И тогда, я предложил им ответить на три классических вопроса древности: – Кто я? Откуда я пришел? Куда я иду? Я видел, как лица ребят напряглись. Они задумались. Они задумались довольно-таки серьезно – это было заметно. И тогда я понял, что съездил не зря…
Самое странное заключается в том, продолжил я свое выступление уже на вечере поэзии, что современные поэты, почти никто из них, не задают себе этого вопроса. Хотя цель поэзии всегда заключалась именно в том, чтобы подводить слушателя или читателя именно к ответу на эти три простых вопроса. Поэт от Бога, всегда ставил вопрос о ложном «я» и осуществлял контакт с Я истинным – шаманские и даосские практики, древнегреческие мистерии и трагедии делали то же самое. Для того, чтобы быть, надо разделить природу Бытия, стать с ней одним. Этому во все века учила поэзия. И отступление от Бытия поэзия всегда воспринимала как болезненную трещину через собственную душу, будь то Шекспир, Элиот или Тютчев.
Давайте на миг представим себе, что мы не безумны. Ведь если я не пребываю в состоянии глубокого и неосознанного безумия, меня не может не интересовать вопрос – кто я? Больше того, если я на этот вопрос не отвечу, то все мои дела и слова в жизни – абсурд, фикция. Потому что непонятно, кто тут действует и кто говорит. И непонятно тогда – для чего, собственно. Мы можем сколько угодно размышлять о роли лирического героя или о смерти автора, но мы не задумываемся о его жизни – о своей жизни. И мы не решаемся ответить на этот вопрос – кто я? Либо считая, что и так все ясно (а что ясно?), либо отмахиваясь от него, либо не замечая, как не замечает того, что ест сырую картошку, а не конфету, человек под сильным гипнозом.
Отсюда следует простой и детски ясный вывод, хотя и не очень утешительный, – мы безумны, а король нашей цивилизации (и культуры) гол. В жанре застольной болтовни этот вывод не кажется страшным. Но ведь не вся наша жизнь и не вся поэзия – застольная болтовня тусовки. Если мы не считаем себя жертвами (о, как это увлекает!), нам иногда приходится принимать мужественные решения, подчас ценой жизни. Например, прыгнуть в воду, когда там тонет человек… или сделать вид, что не заметил. А потом не заметить проигранной культуры, истории, проигранной экономической войны.
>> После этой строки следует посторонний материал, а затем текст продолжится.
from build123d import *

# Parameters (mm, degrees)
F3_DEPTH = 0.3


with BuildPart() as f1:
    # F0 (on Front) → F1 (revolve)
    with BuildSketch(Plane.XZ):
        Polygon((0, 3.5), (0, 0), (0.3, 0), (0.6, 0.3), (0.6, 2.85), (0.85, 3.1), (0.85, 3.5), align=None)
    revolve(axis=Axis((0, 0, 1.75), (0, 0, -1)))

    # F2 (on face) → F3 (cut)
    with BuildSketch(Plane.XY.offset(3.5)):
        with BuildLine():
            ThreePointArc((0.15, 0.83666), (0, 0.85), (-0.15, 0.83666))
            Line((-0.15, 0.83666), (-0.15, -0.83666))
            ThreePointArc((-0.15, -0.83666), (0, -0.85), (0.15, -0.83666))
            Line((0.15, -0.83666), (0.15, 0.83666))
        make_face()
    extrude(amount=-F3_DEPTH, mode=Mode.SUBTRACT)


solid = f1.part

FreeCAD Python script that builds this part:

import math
import FreeCAD as App
import Part
import Sketcher
Q = App.Units.Quantity

doc = App.newDocument("Part")
body = doc.addObject("PartDesign::Body", "Body")

# Sketch on XZ plane
sketch1 = doc.addObject("Sketcher::SketchObject", "Sketch")
body.addObject(sketch1)
sketch1.AttachmentSupport = (doc.XZ_Plane, [""])
sketch1.MapMode = "FlatFace"
sketch1.addGeometry(Part.LineSegment(App.Vector(0, 3.5, 0), App.Vector(0, 0, 0)), False)
sketch1.addGeometry(Part.LineSegment(App.Vector(0, 0, 0), App.Vector(0.3, 0, 0)), False)
sketch1.addGeometry(Part.LineSegment(App.Vector(0.3, 0, 0), App.Vector(0.6, 0.3, 0)), False)
sketch1.addGeometry(Part.LineSegment(App.Vector(0.6, 0.3, 0), App.Vector(0.6, 2.85, 0)), False)
sketch1.addGeometry(Part.LineSegment(App.Vector(0.6, 2.85, 0), App.Vector(0.85, 3.1, 0)), False)
sketch1.addGeometry(Part.LineSegment(App.Vector(0.85, 3.1, 0), App.Vector(0.85, 3.5, 0)), False)
sketch1.addGeometry(Part.LineSegment(App.Vector(0.85, 3.5, 0), App.Vector(0, 3.5, 0)), False)
sketch1.addConstraint(Sketcher.Constraint("Coincident", 0, 2, 1, 1))
sketch1.addConstraint(Sketcher.Constraint("Coincident", 1, 2, 2, 1))
sketch1.addConstraint(Sketcher.Constraint("Coincident", 2, 2, 3, 1))
sketch1.addConstraint(Sketcher.Constraint("Coincident", 3, 2, 4, 1))
sketch1.addConstraint(Sketcher.Constraint("Coincident", 4, 2, 5, 1))
sketch1.addConstraint(Sketcher.Constraint("Coincident", 5, 2, 6, 1))
sketch1.addConstraint(Sketcher.Constraint("Coincident", 6, 2, 0, 1))
sketch1.addConstraint(Sketcher.Constraint("Vertical", 0))
sketch1.addConstraint(Sketcher.Constraint("Horizontal", 1))
sketch1.addConstraint(Sketcher.Constraint("Vertical", 3))
sketch1.addConstraint(Sketcher.Constraint("Vertical", 5))
sketch1.addConstraint(Sketcher.Constraint("Horizontal", 6))
sketch1.addConstraint(Sketcher.Constraint("Coincident", 0, 2, -1, 1))
sketch1.addConstraint(Sketcher.Constraint("Parallel", 2, 4))
sketch1.addConstraint(Sketcher.Constraint("Angle", 2, Q("45 deg")))
sketch1.addConstraint(Sketcher.Constraint("DistanceX", 1, 1, 1, 2, Q("0.3 mm")))
sketch1.addConstraint(Sketcher.Constraint("DistanceY", 0, 2, 0, 1, Q("3.5 mm")))
sketch1.addConstraint(Sketcher.Constraint("DistanceY", 5, 1, 5, 2, Q("0.4 mm")))
sketch1.addConstraint(Sketcher.Constraint("DistanceX", 6, 2, 6, 1, Q("0.85 mm")))
sketch1.addConstraint(Sketcher.Constraint("DistanceX", -1, 1, 2, 2, Q("0.6 mm")))
revolution = doc.addObject("PartDesign::Revolution", "Revolution")
body.addObject(revolution)
revolution.Profile = sketch1
revolution.ReferenceAxis = (sketch1, ["V_Axis"])
revolution.Angle = 360

# Sketch on XY plane
sketch2 = doc.addObject("Sketcher::SketchObject", "Sketch001")
body.addObject(sketch2)
sketch2.AttachmentSupport = (doc.XY_Plane, [""])
sketch2.MapMode = "FlatFace"
sketch2.AttachmentOffset = App.Placement(App.Vector(0, 0, 3.5), App.Rotation())
sketch2.addGeometry(Part.ArcOfCircle(Part.Circle(App.Vector(0, 0.000002, 0), App.Vector(0, 0, 1), 0.849998), math.radians(79.835731), math.radians(100.164269)), False)
sketch2.addGeometry(Part.LineSegment(App.Vector(-0.15, 0.83666, 0), App.Vector(-0.15, -0.83666, 0)), False)
sketch2.addGeometry(Part.ArcOfCircle(Part.Circle(App.Vector(0, -0.000002, 0), App.Vector(0, 0, 1), 0.849998), math.radians(-100.164269), math.radians(-79.835731)), False)
sketch2.addGeometry(Part.LineSegment(App.Vector(0.15, -0.83666, 0), App.Vector(0.15, 0.83666, 0)), False)
sketch2.addConstraint(Sketcher.Constraint("Coincident", 0, 2, 1, 1))
sketch2.addConstraint(Sketcher.Constraint("Coincident", 1, 2, 2, 1))
sketch2.addConstraint(Sketcher.Constraint("Coincident", 2, 2, 3, 1))
sketch2.addConstraint(Sketcher.Constraint("Coincident", 3, 2, 0, 1))
sketch2.addConstraint(Sketcher.Constraint("Vertical", 1))
sketch2.addConstraint(Sketcher.Constraint("Vertical", 3))
sketch2.addConstraint(Sketcher.Constraint("Coincident", 0, 3, -1, 1))
sketch2.addConstraint(Sketcher.Constraint("Coincident", 2, 3, -1, 1))
sketch2.addConstraint(Sketcher.Constraint("Equal", 0, 2))
sketch2.addConstraint(Sketcher.Constraint("Horizontal", 1, 2, 2, 2))
sketch2.addConstraint(Sketcher.Constraint("Radius", 0, Q("0.849998 mm")))
sketch2.addConstraint(Sketcher.Constraint("DistanceX", 1, 2, 2, 2, Q("0.3 mm")))
pocket1 = doc.addObject("PartDesign::Pocket", "Pocket")
body.addObject(pocket1)
pocket1.Profile = sketch2
pocket1.Length = 0.3

doc.recompute()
И того, что тебя самого не стало тоже, потому что себя ты тоже проиграл.
Одной своей молодой собеседнице, начавшей путь в «большом бизнесе» и сразу как-то поглянцевевшей и поглупевшей, я задал вопрос, чего она хочет от жизни? Она ответила: я хочу реализации. Тогда я спросил, кто хочет реализации? Она взглянула на меня с удивлением и повторила: я. И тогда я спросил, а кто ты? И дальше мы начали довольно-таки забавную игру. Я предлагал девушке поочередно отказываться от части ее ежедневного бытового багажа и спрашивал, остается ли ее Я с ней? Когда она отказалась (представила на миг, что у нее этого нет) от дома, она признала, что Я осталось. Когда представила, что у нее нет имени, денег, родителей, друзей, – Я оставалось. С небольшим напряжением и после короткого раздумья моя собеседница сказала, что оно все же оставалось. Тогда я попросил ее представить, что у нее нет памяти. Она снова задумалась. И все же через минуту сказала, что Я все равно присутствует, что она его как-то все равно чувствует в груди. Тогда я попросил представить, что тела у нее тоже нет. Она слегка наморщилась и через несколько секунд призналась, что Я никуда не ушло. Оно жило в верхней части груди – теплое, едва уловимое, светящееся, не имеющее начала и конца.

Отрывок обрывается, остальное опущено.